STORY STARTER

In this dystopian world, everyone is so obsessed with anti-aging that they…

Complete the sentence and use it to inspire your short story.

Défense de rider

Murkstone-Snatchly is the sort of city where the wealthy believe it to be the finest city in all of civilisation, whereas the lives of the less wealthy had all the permanence of a soap bubble in a sword fight. And, at the more soap-bubble end of the social spectrum, Murkstone-Snatchly was home to a man who feared only one thing: _time_.


Not Time with a capital T, the one whose major representative carried a scythe and got invited to every major event whether he liked it or not. No, Algernon Vainwright feared the slow, sneaky, insidious time. The one that crept up on you like a tax collector with a lead-filled sock.


Algernon was, by all accounts, a rather ordinary-looking man. That was until he decided that looking ordinary was the outward indication of his life’s failings. Algernon wanted to be extraordinary, or at the very least, perpetually thirty-nine. And definitely not a day older.


He was an unfortunate sixty-seven.


Now, most people reach sixty-seven and consider that, given a reasonable following wind, they’ve probably managed to snaffle a fair innings. It is undoubtedly an age for taking stock. Citizens at this age might take up gardening or feed birds. Some, or probably most, will tend to speak at great length about joint pain. Algernon, however, wanted nothing to do with any of this ‘giving in’ as he described it; he declared war on entropy. Not that he was entirely sure what entropy is, but someone told him it was a rule and Algernon was not a man for rules. Of any sort. Immutable or otherwise.


His home, located just off Elm Street, between Mrs. Gribble’s pie shop and a rather confused statue of a former ruler, was less a house and more a battleground against the inevitable. Shelves buckled under the weight of lotions, tinctures, serums, charms, talismans, enchanted cucumbers, and one suspiciously large and strangely twitchy jar labelled “Witch Hazel (Do Not Open Without Protective Goggles).”
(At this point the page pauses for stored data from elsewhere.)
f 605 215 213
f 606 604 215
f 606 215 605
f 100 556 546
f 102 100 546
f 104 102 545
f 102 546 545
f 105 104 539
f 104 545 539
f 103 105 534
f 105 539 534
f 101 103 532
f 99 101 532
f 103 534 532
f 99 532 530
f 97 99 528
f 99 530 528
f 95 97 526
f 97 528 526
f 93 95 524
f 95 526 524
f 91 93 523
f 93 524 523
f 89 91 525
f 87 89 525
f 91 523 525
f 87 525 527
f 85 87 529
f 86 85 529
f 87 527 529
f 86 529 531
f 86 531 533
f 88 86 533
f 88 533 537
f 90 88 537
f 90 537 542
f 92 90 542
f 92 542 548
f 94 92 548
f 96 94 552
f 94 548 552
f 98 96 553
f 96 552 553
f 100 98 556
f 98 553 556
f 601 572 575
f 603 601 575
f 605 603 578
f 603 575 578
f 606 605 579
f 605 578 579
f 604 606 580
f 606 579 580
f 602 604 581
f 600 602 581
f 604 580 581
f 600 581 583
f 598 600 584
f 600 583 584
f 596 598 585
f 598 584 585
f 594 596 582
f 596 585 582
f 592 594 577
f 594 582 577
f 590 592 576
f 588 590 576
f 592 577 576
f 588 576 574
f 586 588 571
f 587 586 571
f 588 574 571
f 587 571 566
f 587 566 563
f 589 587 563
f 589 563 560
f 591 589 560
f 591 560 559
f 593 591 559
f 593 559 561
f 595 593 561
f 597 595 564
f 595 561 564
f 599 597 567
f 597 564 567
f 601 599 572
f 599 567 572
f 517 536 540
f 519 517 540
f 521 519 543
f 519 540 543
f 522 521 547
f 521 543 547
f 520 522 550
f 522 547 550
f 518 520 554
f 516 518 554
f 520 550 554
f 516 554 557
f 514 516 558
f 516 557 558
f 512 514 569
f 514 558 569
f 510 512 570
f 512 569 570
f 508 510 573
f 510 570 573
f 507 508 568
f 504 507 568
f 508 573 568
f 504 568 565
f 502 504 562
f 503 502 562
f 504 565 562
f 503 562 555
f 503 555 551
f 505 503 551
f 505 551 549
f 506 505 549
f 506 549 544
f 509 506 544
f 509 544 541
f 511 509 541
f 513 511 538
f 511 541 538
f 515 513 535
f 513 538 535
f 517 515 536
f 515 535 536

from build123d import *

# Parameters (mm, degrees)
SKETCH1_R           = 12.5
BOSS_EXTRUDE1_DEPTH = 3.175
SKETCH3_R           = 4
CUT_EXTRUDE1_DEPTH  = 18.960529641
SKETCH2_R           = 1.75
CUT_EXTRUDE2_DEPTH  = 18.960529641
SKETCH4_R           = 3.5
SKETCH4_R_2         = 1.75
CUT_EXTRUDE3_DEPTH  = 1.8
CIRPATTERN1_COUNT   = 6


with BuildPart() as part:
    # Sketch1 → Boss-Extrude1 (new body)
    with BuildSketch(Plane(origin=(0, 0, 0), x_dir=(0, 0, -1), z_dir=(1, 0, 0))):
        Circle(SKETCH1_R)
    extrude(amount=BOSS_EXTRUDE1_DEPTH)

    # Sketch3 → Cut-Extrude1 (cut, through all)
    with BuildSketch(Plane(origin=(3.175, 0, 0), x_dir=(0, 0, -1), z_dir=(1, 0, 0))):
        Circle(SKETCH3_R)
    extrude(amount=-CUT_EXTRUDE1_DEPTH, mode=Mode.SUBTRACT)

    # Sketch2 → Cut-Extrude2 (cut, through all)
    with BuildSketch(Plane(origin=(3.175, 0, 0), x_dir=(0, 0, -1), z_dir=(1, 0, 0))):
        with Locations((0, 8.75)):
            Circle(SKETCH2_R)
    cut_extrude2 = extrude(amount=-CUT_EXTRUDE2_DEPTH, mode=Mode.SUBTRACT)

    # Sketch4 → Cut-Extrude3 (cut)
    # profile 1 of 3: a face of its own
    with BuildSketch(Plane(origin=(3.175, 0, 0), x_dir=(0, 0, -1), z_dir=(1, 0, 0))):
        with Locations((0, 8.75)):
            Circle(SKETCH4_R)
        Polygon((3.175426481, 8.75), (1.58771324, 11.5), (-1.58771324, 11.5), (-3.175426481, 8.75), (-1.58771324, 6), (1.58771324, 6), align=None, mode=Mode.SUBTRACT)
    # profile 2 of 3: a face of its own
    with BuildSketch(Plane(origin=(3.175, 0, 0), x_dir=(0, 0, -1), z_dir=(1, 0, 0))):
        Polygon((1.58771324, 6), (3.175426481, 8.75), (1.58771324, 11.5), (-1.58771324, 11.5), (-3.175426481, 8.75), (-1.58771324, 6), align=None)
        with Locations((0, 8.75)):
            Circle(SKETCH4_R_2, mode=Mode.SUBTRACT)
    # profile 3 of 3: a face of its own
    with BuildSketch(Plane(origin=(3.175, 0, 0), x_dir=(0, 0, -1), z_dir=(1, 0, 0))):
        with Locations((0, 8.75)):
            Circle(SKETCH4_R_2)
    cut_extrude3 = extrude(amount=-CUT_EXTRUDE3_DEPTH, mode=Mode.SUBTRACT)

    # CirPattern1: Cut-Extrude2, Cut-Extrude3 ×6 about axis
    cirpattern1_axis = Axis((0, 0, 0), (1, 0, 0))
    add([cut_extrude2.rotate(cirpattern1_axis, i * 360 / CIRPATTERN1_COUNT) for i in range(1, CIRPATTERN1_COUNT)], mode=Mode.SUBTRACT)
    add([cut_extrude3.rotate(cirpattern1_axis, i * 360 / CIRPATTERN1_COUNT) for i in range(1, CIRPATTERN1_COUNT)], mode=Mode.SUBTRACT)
Algernon tried everything. From the sublime to the ridiculous. Literally anything was worth a try in Algernon’s book.


He bathed in goat’s milk (many goats objected. There was a public enquiry. The goats lost).

He drank potions brewed by a hedge wizard (who was actually just a very smelly drunk man who happened to have chosen to live in a bush).
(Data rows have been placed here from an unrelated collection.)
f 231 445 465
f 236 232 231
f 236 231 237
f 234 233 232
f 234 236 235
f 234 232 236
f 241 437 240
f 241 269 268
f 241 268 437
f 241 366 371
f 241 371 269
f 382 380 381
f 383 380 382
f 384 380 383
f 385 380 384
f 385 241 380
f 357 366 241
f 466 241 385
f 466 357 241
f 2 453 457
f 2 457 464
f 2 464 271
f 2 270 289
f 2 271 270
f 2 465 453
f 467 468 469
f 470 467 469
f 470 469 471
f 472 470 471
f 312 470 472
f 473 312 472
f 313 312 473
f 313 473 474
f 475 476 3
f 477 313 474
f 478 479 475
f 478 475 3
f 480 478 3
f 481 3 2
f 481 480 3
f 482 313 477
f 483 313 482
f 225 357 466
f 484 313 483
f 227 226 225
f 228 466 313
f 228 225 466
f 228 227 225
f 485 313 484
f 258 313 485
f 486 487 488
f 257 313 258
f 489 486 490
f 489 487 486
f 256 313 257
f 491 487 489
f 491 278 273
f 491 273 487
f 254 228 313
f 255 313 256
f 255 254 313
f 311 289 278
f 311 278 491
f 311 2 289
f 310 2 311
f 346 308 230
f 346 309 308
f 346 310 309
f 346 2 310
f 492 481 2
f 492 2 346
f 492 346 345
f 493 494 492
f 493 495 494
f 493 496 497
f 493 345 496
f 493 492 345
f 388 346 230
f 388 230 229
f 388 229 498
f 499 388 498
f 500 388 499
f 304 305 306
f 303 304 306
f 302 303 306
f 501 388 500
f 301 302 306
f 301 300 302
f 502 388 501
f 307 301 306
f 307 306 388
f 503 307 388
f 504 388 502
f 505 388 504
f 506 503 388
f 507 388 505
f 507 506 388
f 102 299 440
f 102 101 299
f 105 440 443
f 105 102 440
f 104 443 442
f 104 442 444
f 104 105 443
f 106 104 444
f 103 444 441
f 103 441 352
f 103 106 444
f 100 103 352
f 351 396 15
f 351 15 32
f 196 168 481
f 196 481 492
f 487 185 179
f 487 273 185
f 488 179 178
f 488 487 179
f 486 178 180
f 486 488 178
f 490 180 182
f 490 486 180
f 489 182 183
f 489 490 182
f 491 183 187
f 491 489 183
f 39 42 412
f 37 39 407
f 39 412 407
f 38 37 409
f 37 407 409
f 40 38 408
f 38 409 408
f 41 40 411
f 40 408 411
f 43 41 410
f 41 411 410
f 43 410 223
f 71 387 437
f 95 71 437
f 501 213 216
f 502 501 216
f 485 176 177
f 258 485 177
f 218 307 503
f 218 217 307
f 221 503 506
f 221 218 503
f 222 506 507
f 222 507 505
He paid a vampire to “just nibble a bit, you know, for improved circulation.” Fat lot of good that turned out to be.

He once spent three weeks suspended upside-down chanting anti-wrinkle mantras learned from a monk who later admitted he just made them up for a laugh. It also turned out that the monk was, in fact, a retired driving examiner trying out the job of ‘monk’ as a sort of side hustle. The so-called monk was from somewhere in Wales with the letters in its name in the wrong order and packed with too many ‘d’s - Clywedddd or somewhere.


Algernon read every book on rejuvenation, regeneration, reincarnation, and even rehydration. “You’d be surprised how much better you feel when your kidneys work,” he once remarked while glowing faintly from a potion that turned out to be concentrated carrot juice and something warm, wet and slightly luminous, that the town wise woman referred to as a “mildly ionising essence of radium”.


But nothing worked.


His skin still wrinkled. His knees still clicked. And his hairline had retreated so far it was applying for citizenship in a different time zone. Algernon was exhausted by the shock of being startled by seeing his senior self in mirrors and being unable to identify the curmudgeonly old bastard that was saying back at him.


Then, one day, while arguing with this reflection, which, it seemed, had now begun aging more rapidly out of protest against what it described as a ‘barrage of startled gasps’, Algernon had an idea.


“If aging is the body wearing out,” he muttered, “then I simply need a _new_ body.”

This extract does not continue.